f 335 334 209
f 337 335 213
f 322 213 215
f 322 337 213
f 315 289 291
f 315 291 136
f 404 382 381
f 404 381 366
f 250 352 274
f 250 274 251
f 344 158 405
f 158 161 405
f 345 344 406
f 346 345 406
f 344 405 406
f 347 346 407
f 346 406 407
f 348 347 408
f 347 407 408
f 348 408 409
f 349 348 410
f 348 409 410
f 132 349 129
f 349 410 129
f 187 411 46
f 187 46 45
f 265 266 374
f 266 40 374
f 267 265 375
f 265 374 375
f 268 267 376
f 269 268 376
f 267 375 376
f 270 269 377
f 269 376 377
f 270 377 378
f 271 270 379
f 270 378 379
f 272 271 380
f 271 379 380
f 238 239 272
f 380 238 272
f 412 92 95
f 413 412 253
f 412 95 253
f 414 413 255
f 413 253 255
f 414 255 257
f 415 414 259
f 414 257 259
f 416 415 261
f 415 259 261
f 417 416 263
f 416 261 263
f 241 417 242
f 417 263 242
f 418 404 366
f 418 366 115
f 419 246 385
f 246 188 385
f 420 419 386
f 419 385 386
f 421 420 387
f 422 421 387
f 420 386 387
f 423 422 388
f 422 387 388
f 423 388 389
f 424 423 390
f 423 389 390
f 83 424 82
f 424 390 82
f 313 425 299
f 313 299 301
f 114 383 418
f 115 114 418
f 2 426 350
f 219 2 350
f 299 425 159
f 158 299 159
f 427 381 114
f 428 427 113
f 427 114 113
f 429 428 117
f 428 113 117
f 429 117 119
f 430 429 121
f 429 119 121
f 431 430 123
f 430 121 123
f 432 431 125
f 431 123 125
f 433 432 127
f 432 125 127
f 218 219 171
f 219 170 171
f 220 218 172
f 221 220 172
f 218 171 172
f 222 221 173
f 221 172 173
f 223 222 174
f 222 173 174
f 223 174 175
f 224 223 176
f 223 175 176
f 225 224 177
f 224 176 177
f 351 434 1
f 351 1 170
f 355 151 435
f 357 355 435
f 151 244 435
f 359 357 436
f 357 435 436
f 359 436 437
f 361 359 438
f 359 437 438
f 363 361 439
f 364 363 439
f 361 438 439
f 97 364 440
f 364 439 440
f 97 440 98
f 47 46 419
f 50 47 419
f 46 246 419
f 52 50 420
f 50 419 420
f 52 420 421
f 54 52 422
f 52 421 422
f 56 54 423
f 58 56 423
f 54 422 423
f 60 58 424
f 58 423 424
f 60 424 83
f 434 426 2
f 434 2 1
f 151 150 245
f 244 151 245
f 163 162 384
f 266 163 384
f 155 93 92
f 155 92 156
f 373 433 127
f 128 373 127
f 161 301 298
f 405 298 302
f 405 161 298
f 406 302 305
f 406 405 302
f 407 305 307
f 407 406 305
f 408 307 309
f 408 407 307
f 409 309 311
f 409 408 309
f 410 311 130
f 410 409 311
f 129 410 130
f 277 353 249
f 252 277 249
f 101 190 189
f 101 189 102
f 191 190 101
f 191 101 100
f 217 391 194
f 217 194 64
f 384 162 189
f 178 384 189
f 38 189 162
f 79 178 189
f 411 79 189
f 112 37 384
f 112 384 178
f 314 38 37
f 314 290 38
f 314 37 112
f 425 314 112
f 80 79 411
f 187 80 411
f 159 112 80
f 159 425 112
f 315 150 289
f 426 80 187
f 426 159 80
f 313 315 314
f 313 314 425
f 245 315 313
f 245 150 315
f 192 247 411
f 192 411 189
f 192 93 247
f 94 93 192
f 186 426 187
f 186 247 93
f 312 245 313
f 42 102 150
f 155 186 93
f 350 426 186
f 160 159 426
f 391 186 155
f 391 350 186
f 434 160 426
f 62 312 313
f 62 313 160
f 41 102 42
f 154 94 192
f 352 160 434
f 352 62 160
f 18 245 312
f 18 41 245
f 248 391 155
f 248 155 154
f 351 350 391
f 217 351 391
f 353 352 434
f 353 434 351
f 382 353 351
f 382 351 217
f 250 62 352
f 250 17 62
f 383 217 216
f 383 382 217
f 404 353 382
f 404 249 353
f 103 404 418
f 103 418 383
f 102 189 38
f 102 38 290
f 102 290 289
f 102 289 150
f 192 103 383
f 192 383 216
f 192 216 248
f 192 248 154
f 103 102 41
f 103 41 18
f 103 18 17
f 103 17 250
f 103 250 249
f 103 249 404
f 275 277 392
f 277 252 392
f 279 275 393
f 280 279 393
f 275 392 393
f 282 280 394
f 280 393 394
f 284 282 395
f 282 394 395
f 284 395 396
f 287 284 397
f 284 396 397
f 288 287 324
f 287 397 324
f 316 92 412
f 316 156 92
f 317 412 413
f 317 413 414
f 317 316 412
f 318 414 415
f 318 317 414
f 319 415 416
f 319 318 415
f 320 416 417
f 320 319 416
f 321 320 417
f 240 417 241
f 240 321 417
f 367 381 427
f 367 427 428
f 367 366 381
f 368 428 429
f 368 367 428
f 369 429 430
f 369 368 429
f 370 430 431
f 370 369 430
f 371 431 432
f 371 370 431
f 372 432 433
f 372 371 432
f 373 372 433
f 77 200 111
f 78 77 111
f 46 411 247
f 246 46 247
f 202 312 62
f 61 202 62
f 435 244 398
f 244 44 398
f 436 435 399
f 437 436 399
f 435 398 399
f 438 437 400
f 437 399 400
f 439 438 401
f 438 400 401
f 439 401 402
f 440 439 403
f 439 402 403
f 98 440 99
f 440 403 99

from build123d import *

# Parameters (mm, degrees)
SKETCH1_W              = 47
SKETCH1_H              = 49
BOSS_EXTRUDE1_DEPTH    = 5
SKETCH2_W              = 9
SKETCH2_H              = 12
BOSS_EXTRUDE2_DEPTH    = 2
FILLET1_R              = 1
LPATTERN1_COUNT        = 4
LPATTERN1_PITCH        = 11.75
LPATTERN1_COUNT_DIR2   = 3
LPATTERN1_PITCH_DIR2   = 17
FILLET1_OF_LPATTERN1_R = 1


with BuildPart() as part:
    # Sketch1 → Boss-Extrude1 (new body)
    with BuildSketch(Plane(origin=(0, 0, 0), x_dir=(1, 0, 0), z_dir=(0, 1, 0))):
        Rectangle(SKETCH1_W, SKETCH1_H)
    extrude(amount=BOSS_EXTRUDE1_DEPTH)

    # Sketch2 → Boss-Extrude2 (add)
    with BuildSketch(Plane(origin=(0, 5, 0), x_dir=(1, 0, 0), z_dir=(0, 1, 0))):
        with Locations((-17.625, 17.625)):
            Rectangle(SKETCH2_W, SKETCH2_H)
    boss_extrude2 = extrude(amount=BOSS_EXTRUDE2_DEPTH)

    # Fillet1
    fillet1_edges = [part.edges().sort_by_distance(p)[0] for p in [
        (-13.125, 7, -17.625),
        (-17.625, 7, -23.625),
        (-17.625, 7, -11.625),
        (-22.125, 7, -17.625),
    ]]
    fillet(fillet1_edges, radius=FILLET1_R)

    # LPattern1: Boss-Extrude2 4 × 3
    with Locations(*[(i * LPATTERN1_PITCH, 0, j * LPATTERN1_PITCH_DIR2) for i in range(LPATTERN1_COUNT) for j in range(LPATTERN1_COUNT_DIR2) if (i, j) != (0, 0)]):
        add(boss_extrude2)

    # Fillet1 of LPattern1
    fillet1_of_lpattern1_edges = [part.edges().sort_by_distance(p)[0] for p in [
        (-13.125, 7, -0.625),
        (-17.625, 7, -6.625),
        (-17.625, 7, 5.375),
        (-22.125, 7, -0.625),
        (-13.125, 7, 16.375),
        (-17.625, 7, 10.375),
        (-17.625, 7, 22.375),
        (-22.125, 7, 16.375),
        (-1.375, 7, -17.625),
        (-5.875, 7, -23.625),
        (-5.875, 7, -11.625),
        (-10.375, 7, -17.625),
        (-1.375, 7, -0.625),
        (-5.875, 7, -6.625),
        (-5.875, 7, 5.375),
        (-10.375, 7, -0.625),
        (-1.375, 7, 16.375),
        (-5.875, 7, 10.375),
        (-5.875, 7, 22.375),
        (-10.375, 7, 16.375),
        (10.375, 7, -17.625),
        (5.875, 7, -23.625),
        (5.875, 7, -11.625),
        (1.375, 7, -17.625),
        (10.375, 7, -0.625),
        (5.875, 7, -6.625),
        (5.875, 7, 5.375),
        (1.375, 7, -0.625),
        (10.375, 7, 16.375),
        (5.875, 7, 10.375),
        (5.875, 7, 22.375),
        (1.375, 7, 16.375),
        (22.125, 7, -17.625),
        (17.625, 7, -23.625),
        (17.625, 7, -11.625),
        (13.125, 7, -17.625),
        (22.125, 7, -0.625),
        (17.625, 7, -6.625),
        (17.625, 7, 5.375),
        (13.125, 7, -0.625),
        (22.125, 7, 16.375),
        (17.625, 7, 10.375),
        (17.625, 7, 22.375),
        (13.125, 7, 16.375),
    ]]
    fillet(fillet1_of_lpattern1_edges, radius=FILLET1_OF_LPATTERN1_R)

########

The response should hold exactly the lines starting at the line with "f 271 270 379" and ending at the line with "f 54 52 422", and no other line of the material above.

f 271 270 379
f 270 378 379
f 272 271 380
f 271 379 380
f 238 239 272
f 380 238 272
f 412 92 95
f 413 412 253
f 412 95 253
f 414 413 255
f 413 253 255
f 414 255 257
f 415 414 259
f 414 257 259
f 416 415 261
f 415 259 261
f 417 416 263
f 416 261 263
f 241 417 242
f 417 263 242
f 418 404 366
f 418 366 115
f 419 246 385
f 246 188 385
f 420 419 386
f 419 385 386
f 421 420 387
f 422 421 387
f 420 386 387
f 423 422 388
f 422 387 388
f 423 388 389
f 424 423 390
f 423 389 390
f 83 424 82
f 424 390 82
f 313 425 299
f 313 299 301
f 114 383 418
f 115 114 418
f 2 426 350
f 219 2 350
f 299 425 159
f 158 299 159
f 427 381 114
f 428 427 113
f 427 114 113
f 429 428 117
f 428 113 117
f 429 117 119
f 430 429 121
f 429 119 121
f 431 430 123
f 430 121 123
f 432 431 125
f 431 123 125
f 433 432 127
f 432 125 127
f 218 219 171
f 219 170 171
f 220 218 172
f 221 220 172
f 218 171 172
f 222 221 173
f 221 172 173
f 223 222 174
f 222 173 174
f 223 174 175
f 224 223 176
f 223 175 176
f 225 224 177
f 224 176 177
f 351 434 1
f 351 1 170
f 355 151 435
f 357 355 435
f 151 244 435
f 359 357 436
f 357 435 436
f 359 436 437
f 361 359 438
f 359 437 438
f 363 361 439
f 364 363 439
f 361 438 439
f 97 364 440
f 364 439 440
f 97 440 98
f 47 46 419
f 50 47 419
f 46 246 419
f 52 50 420
f 50 419 420
f 52 420 421
f 54 52 422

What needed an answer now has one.